Show that the principal unit normal vector \(\mathbf{N}(t)\) of the helix \begin{equation*} \mathbf{r}(t)=\cos t\mathbf{i}+\sin t\mathbf{j}+t\mathbf{k} \end{equation*}
is orthogonal to the \(z\)-axis.
Then the unit tangent vector is \(\mathbf{T}(t)=\dfrac{\mathbf{r}^{\prime }(t)}{||\mathbf{r}^{\prime }(t)||}=\dfrac{-\!\sin t\mathbf{i}+\cos t\mathbf{j}+\mathbf{k}}{\sqrt{2}}.\)
Since \[ \begin{equation*} \mathbf{T}^{\prime} (t)=\dfrac{-\!\cos t\mathbf{i}-\sin t\mathbf{j}}{\sqrt{2} }\qquad \hbox{and}\qquad \left\Vert \mathbf{T}^{\prime }(t)\right\Vert =\sqrt{ \left( -\dfrac{\cos t}{\sqrt{2}}\right) ^{2}+\left( -\dfrac{\sin t}{\sqrt{2}} \right) ^{2}}=\dfrac{1}{\sqrt{2}} \end{equation*} \]

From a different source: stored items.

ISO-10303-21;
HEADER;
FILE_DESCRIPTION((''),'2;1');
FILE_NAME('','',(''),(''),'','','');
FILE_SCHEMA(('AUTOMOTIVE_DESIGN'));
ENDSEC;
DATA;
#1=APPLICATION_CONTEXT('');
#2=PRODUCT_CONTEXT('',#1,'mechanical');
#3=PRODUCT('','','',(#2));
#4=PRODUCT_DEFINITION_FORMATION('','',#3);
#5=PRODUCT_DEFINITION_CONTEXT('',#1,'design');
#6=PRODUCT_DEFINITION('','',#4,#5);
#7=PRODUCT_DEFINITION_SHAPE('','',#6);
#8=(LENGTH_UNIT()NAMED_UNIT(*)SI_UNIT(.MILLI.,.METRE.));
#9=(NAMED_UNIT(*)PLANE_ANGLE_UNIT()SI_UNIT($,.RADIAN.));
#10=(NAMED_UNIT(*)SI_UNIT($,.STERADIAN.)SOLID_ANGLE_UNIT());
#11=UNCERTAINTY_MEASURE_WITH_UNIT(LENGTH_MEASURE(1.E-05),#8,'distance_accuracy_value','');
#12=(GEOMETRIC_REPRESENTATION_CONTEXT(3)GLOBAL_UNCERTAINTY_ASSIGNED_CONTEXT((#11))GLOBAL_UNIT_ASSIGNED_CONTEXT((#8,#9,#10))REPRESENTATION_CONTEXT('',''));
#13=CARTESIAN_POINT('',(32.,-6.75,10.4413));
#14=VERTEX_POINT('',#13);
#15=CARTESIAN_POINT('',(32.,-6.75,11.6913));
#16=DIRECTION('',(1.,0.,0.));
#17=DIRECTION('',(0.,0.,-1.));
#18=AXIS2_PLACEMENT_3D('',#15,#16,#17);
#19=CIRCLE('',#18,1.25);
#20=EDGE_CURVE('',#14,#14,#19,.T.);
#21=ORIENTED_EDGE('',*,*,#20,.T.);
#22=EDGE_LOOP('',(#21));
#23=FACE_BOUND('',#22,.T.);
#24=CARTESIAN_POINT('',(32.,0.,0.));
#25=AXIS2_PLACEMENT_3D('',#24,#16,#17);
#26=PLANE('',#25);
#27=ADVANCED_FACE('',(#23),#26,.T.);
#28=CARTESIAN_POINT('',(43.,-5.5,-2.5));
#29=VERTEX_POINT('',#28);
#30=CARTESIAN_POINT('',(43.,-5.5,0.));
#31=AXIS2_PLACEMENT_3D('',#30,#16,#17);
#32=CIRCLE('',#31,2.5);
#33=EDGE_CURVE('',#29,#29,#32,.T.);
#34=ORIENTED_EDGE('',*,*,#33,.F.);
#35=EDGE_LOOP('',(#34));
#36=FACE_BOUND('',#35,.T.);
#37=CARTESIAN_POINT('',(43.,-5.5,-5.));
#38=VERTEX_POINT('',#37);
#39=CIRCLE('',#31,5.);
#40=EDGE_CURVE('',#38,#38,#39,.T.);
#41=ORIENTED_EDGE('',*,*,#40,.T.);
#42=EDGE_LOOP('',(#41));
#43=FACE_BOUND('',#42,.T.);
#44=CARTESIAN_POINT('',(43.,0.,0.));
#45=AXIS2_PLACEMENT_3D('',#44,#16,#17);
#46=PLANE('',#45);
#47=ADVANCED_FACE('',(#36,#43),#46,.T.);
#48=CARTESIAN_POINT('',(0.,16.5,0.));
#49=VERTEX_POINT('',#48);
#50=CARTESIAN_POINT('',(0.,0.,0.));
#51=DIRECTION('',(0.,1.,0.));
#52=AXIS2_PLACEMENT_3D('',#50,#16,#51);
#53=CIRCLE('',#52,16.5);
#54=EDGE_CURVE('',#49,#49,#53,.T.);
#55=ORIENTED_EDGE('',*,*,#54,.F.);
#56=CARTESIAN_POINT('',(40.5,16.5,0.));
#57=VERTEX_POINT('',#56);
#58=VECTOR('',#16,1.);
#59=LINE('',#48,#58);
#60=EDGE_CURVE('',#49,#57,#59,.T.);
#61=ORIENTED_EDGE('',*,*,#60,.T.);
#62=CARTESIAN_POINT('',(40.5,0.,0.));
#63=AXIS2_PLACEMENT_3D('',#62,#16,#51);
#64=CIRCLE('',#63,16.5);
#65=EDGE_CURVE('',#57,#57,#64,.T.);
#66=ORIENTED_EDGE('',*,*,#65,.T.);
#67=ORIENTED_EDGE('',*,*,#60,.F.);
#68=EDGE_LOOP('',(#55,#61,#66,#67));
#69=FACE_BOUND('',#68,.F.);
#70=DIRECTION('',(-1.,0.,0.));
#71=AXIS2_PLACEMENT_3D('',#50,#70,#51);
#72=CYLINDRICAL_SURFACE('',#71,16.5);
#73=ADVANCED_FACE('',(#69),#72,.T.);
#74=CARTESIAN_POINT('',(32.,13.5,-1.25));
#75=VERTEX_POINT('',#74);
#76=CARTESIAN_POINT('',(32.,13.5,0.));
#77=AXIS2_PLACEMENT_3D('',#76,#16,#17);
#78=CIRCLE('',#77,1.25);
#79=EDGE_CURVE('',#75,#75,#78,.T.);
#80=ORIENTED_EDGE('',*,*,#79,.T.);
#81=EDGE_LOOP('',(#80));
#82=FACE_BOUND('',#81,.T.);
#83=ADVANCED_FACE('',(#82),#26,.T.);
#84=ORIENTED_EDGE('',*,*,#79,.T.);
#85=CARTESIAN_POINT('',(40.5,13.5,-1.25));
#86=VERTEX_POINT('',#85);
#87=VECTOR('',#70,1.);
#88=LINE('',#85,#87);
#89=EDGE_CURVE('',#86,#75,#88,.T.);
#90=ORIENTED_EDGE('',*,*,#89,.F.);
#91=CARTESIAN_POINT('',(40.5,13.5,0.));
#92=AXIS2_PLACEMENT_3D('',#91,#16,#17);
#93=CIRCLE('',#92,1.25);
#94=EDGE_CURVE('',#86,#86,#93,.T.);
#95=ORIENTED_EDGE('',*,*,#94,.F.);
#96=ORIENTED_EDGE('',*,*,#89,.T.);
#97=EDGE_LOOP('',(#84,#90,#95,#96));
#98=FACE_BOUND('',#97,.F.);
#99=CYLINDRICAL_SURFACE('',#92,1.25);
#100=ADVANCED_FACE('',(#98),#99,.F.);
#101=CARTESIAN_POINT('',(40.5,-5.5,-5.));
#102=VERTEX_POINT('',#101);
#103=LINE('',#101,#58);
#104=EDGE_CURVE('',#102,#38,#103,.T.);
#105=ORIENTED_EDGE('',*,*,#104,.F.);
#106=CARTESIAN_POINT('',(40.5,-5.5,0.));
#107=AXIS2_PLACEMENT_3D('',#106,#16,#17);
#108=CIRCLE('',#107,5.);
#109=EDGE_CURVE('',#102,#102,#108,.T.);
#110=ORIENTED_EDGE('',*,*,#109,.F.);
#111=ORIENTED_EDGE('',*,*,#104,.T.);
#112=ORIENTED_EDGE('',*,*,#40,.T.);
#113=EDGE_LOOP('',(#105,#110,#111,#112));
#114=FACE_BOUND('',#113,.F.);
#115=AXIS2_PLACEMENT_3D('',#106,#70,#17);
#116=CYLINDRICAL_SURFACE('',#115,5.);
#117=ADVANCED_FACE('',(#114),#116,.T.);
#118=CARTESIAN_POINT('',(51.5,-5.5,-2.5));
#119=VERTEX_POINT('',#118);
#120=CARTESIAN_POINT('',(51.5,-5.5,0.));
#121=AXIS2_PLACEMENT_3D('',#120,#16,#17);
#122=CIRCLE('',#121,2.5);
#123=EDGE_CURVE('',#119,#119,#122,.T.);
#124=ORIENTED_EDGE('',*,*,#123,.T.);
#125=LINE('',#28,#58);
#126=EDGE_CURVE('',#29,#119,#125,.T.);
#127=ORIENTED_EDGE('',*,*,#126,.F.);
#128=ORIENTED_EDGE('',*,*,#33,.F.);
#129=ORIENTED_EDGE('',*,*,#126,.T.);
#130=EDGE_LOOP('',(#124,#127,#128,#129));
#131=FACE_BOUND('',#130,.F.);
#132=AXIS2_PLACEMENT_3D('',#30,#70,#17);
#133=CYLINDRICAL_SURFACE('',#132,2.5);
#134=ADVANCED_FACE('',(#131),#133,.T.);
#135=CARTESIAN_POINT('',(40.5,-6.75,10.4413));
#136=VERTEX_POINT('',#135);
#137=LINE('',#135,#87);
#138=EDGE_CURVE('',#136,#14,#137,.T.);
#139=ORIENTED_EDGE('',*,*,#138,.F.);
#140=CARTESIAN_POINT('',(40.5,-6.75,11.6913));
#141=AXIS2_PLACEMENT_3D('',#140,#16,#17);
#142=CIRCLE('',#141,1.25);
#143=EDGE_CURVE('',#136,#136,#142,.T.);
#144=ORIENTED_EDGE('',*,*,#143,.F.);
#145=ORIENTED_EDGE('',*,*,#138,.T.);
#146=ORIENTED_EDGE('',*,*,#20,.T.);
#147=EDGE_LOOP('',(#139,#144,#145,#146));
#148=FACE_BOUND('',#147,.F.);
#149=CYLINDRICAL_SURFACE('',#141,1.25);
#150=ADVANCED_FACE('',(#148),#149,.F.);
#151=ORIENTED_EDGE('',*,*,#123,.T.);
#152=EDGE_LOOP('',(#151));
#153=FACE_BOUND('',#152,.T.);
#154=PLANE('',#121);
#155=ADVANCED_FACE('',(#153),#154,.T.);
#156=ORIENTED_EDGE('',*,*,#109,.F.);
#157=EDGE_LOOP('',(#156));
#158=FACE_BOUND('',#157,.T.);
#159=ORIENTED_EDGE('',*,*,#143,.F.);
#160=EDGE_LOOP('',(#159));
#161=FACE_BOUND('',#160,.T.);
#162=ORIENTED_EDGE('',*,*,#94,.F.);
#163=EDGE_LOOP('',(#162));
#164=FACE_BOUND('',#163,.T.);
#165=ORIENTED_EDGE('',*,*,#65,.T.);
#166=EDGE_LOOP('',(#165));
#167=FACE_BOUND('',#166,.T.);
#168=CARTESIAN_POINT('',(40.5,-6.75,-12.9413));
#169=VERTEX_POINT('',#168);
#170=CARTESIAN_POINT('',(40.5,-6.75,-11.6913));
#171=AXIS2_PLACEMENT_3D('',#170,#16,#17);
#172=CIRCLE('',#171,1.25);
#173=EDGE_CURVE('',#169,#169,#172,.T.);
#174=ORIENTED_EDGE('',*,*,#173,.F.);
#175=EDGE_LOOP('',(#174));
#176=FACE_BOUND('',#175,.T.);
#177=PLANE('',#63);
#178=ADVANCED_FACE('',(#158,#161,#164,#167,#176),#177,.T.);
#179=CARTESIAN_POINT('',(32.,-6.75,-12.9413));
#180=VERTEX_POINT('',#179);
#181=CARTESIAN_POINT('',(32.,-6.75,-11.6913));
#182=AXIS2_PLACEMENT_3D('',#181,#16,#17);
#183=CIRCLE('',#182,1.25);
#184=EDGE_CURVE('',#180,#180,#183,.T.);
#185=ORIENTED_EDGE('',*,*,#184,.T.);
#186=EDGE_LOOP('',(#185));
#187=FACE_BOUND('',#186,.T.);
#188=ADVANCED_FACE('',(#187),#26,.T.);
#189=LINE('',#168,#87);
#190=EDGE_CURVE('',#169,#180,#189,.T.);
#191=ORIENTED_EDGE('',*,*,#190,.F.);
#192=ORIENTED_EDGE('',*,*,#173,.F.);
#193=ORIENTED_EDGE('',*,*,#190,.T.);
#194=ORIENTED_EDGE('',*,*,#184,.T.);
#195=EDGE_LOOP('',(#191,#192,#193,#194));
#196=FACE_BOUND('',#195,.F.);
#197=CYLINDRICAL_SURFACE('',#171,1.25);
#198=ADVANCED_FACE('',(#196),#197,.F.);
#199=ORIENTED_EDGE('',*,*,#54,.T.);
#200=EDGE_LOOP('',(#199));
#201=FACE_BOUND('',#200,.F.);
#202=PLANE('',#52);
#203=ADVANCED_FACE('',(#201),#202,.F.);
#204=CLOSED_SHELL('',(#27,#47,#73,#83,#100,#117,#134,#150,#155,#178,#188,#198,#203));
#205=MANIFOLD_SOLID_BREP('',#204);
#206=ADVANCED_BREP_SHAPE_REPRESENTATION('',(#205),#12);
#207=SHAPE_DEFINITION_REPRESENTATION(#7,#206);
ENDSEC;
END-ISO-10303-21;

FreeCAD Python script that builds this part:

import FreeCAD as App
import Part
import Sketcher

V = App.Vector
Q = App.Units.Quantity

doc = App.newDocument("Part")
body = doc.addObject("PartDesign::Body", "Body")

# Sketch on YZ plane
sketch1 = body.newObject("Sketcher::SketchObject", "Sketch")
sketch1.AttachmentSupport = (doc.getObject("YZ_Plane"), [""])
sketch1.MapMode = "FlatFace"
sketch1.addGeometry(Part.Circle(V(0, 0, 0), V(0, 0, 1), 16), False)
sketch1.addConstraint([
    Sketcher.Constraint("Coincident", 0, 3, -1, 1),
    Sketcher.Constraint("Diameter", 0, Q("33 mm")),
])
pad1 = body.newObject("PartDesign::Pad", "Pad")
pad1.Profile = sketch1
pad1.Length = 40.5

# Sketch on YZ plane
sketch2 = body.newObject("Sketcher::SketchObject", "Sketch001")
sketch2.AttachmentSupport = (doc.getObject("YZ_Plane"), [""])
sketch2.MapMode = "FlatFace"
sketch2.AttachmentOffset = App.Placement(V(0, 0, 40.5), App.Rotation())
sketch2.addGeometry(Part.Circle(V(-6, 0, 0), V(0, 0, 1), 5), False)
sketch2.addConstraint([
    Sketcher.Constraint("PointOnObject", 0, 3, -1),
    Sketcher.Constraint("Diameter", 0, Q("10 mm")),
    Sketcher.Constraint("DistanceX", 0, 3, -1, 1, Q("5.5 mm")),
])
pad2 = body.newObject("PartDesign::Pad", "Pad001")
pad2.Profile = sketch2
pad2.Length = 2.5

# Sketch on YZ plane
sketch3 = body.newObject("Sketcher::SketchObject", "Sketch002")
sketch3.AttachmentSupport = (doc.getObject("YZ_Plane"), [""])
sketch3.MapMode = "FlatFace"
sketch3.AttachmentOffset = App.Placement(V(0, 0, 43), App.Rotation())
sketch3.addGeometry(Part.Circle(V(-5.5, 0, 0), V(0, 0, 1), 2.5), False)
sketch3.addConstraint([
    Sketcher.Constraint("PointOnObject", 0, 3, -1),
    Sketcher.Constraint("Diameter", 0, Q("5 mm")),
    Sketcher.Constraint("DistanceX", 0, 3, -1, 1, Q("5.5 mm")),
])
pad3 = body.newObject("PartDesign::Pad", "Pad002")
pad3.Profile = sketch3
pad3.Length = 8.5

# Sketch on YZ plane
sketch4 = body.newObject("Sketcher::SketchObject", "Sketch003")
sketch4.AttachmentSupport = (doc.getObject("YZ_Plane"), [""])
sketch4.MapMode = "FlatFace"
sketch4.AttachmentOffset = App.Placement(V(0, 0, 40.5), App.Rotation())
sketch4.addGeometry([
    Part.Circle(V(13.5, 0, 0), V(0, 0, 1), 1.2),
    Part.Circle(V(-6.8, 11.7, 0), V(0, 0, 1), 1.2),
    Part.Circle(V(-6.8, -11.7, 0), V(0, 0, 1), 1.2),
], False)
sketch4.addConstraint([
    Sketcher.Constraint("Equal", 0, 1),
    Sketcher.Constraint("Equal", 1, 2),
    Sketcher.Constraint("Symmetric", 1, 3, 2, 3, -1),
    Sketcher.Constraint("PointOnObject", 0, 3, -1),
    Sketcher.Constraint("Diameter", 0, Q("2.5 mm")),
    Sketcher.Constraint("DistanceX", -1, 1, 0, 3, Q("13.5 mm")),
    Sketcher.Constraint("DistanceX", 1, 3, -1, 1, Q("6.75 mm")),
    Sketcher.Constraint("DistanceY", -1, 1, 1, 3, Q("11.6913 mm")),
])
pocket1 = body.newObject("PartDesign::Pocket", "Pocket")
pocket1.Profile = sketch4
pocket1.Length = 8.5

doc.recompute()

we have \begin{equation*} \mathbf{N}(t)=\dfrac{\mathbf{T}^{\prime} (t)}{\left\Vert \mathbf{T}^{\prime} (t)\right\Vert }=-\!\cos t\mathbf{i}-\sin t\mathbf{j} \end{equation*}
Since the direction of the \(z\)-axis is \(\mathbf{k}\), it follows that \(\mathbf{N}(t)\,{\cdot}\, \mathbf{k}=0\) for all \(t.\) So, \(\mathbf{N}(t)\) is always orthogonal to the \(z\)-axis, as shown in Figure 14.